→ EXERCISE REQUIREMENTS
After locating the line that contains "Line((1, 0), (39, 0))" in the records below, write out exactly that line and each line after it through the one that contains "Line((39, 20), (21, 20))", and nothing else.

→ DATASET ENTRIES
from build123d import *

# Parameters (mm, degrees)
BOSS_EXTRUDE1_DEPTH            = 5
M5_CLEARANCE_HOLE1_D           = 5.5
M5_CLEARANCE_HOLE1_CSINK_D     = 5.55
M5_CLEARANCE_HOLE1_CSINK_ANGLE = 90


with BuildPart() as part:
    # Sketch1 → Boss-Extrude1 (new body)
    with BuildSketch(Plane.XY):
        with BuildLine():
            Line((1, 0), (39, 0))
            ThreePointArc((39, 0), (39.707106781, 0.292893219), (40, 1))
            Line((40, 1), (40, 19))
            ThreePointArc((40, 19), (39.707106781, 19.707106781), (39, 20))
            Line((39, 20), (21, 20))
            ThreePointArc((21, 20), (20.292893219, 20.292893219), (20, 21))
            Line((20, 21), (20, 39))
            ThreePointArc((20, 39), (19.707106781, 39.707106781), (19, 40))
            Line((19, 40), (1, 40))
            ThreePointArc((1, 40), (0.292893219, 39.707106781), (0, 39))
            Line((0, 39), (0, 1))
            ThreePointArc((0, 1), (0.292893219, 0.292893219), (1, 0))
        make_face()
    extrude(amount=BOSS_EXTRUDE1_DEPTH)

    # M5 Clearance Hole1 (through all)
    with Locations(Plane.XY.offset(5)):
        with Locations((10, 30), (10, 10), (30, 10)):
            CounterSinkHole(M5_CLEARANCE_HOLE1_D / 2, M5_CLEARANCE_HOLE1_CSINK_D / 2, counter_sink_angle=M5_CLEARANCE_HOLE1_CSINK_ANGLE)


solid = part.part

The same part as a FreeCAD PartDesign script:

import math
import FreeCAD as App
import Part
import Sketcher

V = App.Vector

doc = App.newDocument("Part")
params = doc.addObject("Spreadsheet::Sheet", "Params")
for row, (alias, value) in enumerate([
    ("sketch1_radius", "1 mm"),
    ("sketch1_width", "38 mm"),
    ("pad1_length", "5 mm"),
    ("sketch2_diameter", "5.5 mm"),
    ("hole_diameter", "5.5 mm"),
    ("hole_csink_diameter", "5.55 mm"),
], start=1):
    params.set(f"A{row}", alias)
    params.set(f"B{row}", "=" + value)
    params.setAlias(f"B{row}", alias)

body = doc.addObject("PartDesign::Body", "Body")

# Sketch on XY plane
sketch1 = doc.addObject("Sketcher::SketchObject", "Sketch")
body.addObject(sketch1)
sketch1.AttachmentSupport = (doc.XY_Plane, [""])
sketch1.MapMode = "FlatFace"
sketch1.addGeometry(Part.LineSegment(V(1, 0, 0), V(39, 0, 0)), False)
sketch1.addGeometry(Part.ArcOfCircle(Part.Circle(V(39, 1, 0), V(0, 0, 1), 1), math.radians(-90), math.radians(0)), False)
sketch1.addGeometry(Part.LineSegment(V(40, 1, 0), V(40, 19, 0)), False)
sketch1.addGeometry(Part.ArcOfCircle(Part.Circle(V(39, 19, 0), V(0, 0, 1), 1), math.radians(0), math.radians(90)), False)
sketch1.addGeometry(Part.LineSegment(V(39, 20, 0), V(21, 20, 0)), False)
sketch1.addGeometry(Part.ArcOfCircle(Part.Circle(V(21, 21, 0), V(0, 0, 1), 1), math.radians(-180), math.radians(-90)), False)
sketch1.addGeometry(Part.LineSegment(V(20, 21, 0), V(20, 39, 0)), False)
sketch1.addGeometry(Part.ArcOfCircle(Part.Circle(V(19, 39, 0), V(0, 0, 1), 1), math.radians(0), math.radians(90)), False)
sketch1.addGeometry(Part.LineSegment(V(19, 40, 0), V(1, 40, 0)), False)
sketch1.addGeometry(Part.ArcOfCircle(Part.Circle(V(1, 39, 0), V(0, 0, 1), 1), math.radians(90), math.radians(180)), False)
sketch1.addGeometry(Part.LineSegment(V(0, 39, 0), V(0, 1, 0)), False)
sketch1.addGeometry(Part.ArcOfCircle(Part.Circle(V(1, 1, 0), V(0, 0, 1), 1), math.radians(-180), math.radians(-90)), False)
sketch1.addConstraint(Sketcher.Constraint("Tangent", 0, 2, 1, 1))
sketch1.addConstraint(Sketcher.Constraint("Tangent", 1, 2, 2, 1))
sketch1.addConstraint(Sketcher.Constraint("Tangent", 2, 2, 3, 1))
sketch1.addConstraint(Sketcher.Constraint("Tangent", 3, 2, 4, 1))
sketch1.addConstraint(Sketcher.Constraint("Tangent", 4, 2, 5, 2))
sketch1.addConstraint(Sketcher.Constraint("Tangent", 5, 1, 6, 1))
sketch1.addConstraint(Sketcher.Constraint("Tangent", 6, 2, 7, 1))
sketch1.addConstraint(Sketcher.Constraint("Tangent", 7, 2, 8, 1))
sketch1.addConstraint(Sketcher.Constraint("Tangent", 8, 2, 9, 1))
sketch1.addConstraint(Sketcher.Constraint("Tangent", 9, 2, 10, 1))
sketch1.addConstraint(Sketcher.Constraint("Tangent", 10, 2, 11, 1))
sketch1.addConstraint(Sketcher.Constraint("Tangent", 11, 2, 0, 1))
sketch1.addConstraint(Sketcher.Constraint("Horizontal", 0))
sketch1.addConstraint(Sketcher.Constraint("Vertical", 2))
sketch1.addConstraint(Sketcher.Constraint("Horizontal", 4))
sketch1.addConstraint(Sketcher.Constraint("Vertical", 6))
sketch1.addConstraint(Sketcher.Constraint("Horizontal", 8))
sketch1.addConstraint(Sketcher.Constraint("Vertical", 10))
sketch1.addConstraint(Sketcher.Constraint("Equal", 1, 3))
sketch1.addConstraint(Sketcher.Constraint("Equal", 3, 5))
sketch1.addConstraint(Sketcher.Constraint("Equal", 5, 7))
sketch1.addConstraint(Sketcher.Constraint("Equal", 7, 9))
sketch1.addConstraint(Sketcher.Constraint("Equal", 9, 11))
sketch1.addConstraint(Sketcher.Constraint("PointOnObject", 0, 2, -1))
sketch1.addConstraint(Sketcher.Constraint("PointOnObject", 9, 2, -2))
sketch1.addConstraint(Sketcher.Constraint("Equal", 4, 8))
sketch1.addConstraint(Sketcher.Constraint("Equal", 8, 2))
sketch1.addConstraint(Sketcher.Constraint("Equal", 2, 6))
sketch1.addConstraint(Sketcher.Constraint("Radius", 1, 1.0))
sketch1.addConstraint(Sketcher.Constraint("DistanceX", 0, 1, 0, 2, 38.0))
sketch1.setExpression("Constraints[28]", "Params.sketch1_radius")
sketch1.setExpression("Constraints[29]", "Params.sketch1_width")
pad1 = doc.addObject("PartDesign::Pad", "Pad")
body.addObject(pad1)
pad1.Profile = sketch1
pad1.setExpression("Length", "Params.pad1_length")

# Sketch on XY plane
sketch2 = doc.addObject("Sketcher::SketchObject", "Sketch001")
body.addObject(sketch2)
sketch2.AttachmentSupport = (doc.XY_Plane, [""])
sketch2.MapMode = "FlatFace"
sketch2.AttachmentOffset = App.Placement(V(0, 0, 5), App.Rotation())
sketch2.addGeometry(Part.Circle(V(10, 30, 0), V(0, 0, 1), 2.8), False)
sketch2.addGeometry(Part.Circle(V(10, 10, 0), V(0, 0, 1), 2.8), False)
sketch2.addGeometry(Part.Circle(V(30, 10, 0), V(0, 0, 1), 2.8), False)
sketch2.addConstraint(Sketcher.Constraint("Equal", 0, 1))
sketch2.addConstraint(Sketcher.Constraint("Equal", 1, 2))
sketch2.addConstraint(Sketcher.Constraint("Horizontal", 1, 3, 2, 3))
sketch2.addConstraint(Sketcher.Constraint("Vertical", 0, 3, 1, 3))
sketch2.addConstraint(Sketcher.Constraint("Diameter", 0, 5.5))
sketch2.addConstraint(Sketcher.Constraint("DistanceX", -1, 1, 0, 3, 10.0))
sketch2.addConstraint(Sketcher.Constraint("DistanceY", -1, 1, 0, 3, 30.0))
sketch2.addConstraint(Sketcher.Constraint("DistanceY", -1, 1, 1, 3, 10.0))
sketch2.addConstraint(Sketcher.Constraint("DistanceX", -1, 1, 2, 3, 30.0))
sketch2.setExpression("Constraints[4]", "Params.sketch2_diameter")
doc.recompute()
hole = doc.addObject("PartDesign::Hole", "Hole")
body.addObject(hole)
hole.Profile = sketch2
hole.ThreadType = "None"
hole.setExpression("Diameter", "Params.hole_diameter")
hole.DepthType = "ThroughAll"
hole.HoleCutType = "Countersink"
hole.setExpression("HoleCutDiameter", "Params.hole_csink_diameter")
hole.HoleCutCountersinkAngle = 90

doc.recompute()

→ YOUR SOLUTION
            Line((1, 0), (39, 0))
            ThreePointArc((39, 0), (39.707106781, 0.292893219), (40, 1))
            Line((40, 1), (40, 19))
            ThreePointArc((40, 19), (39.707106781, 19.707106781), (39, 20))
            Line((39, 20), (21, 20))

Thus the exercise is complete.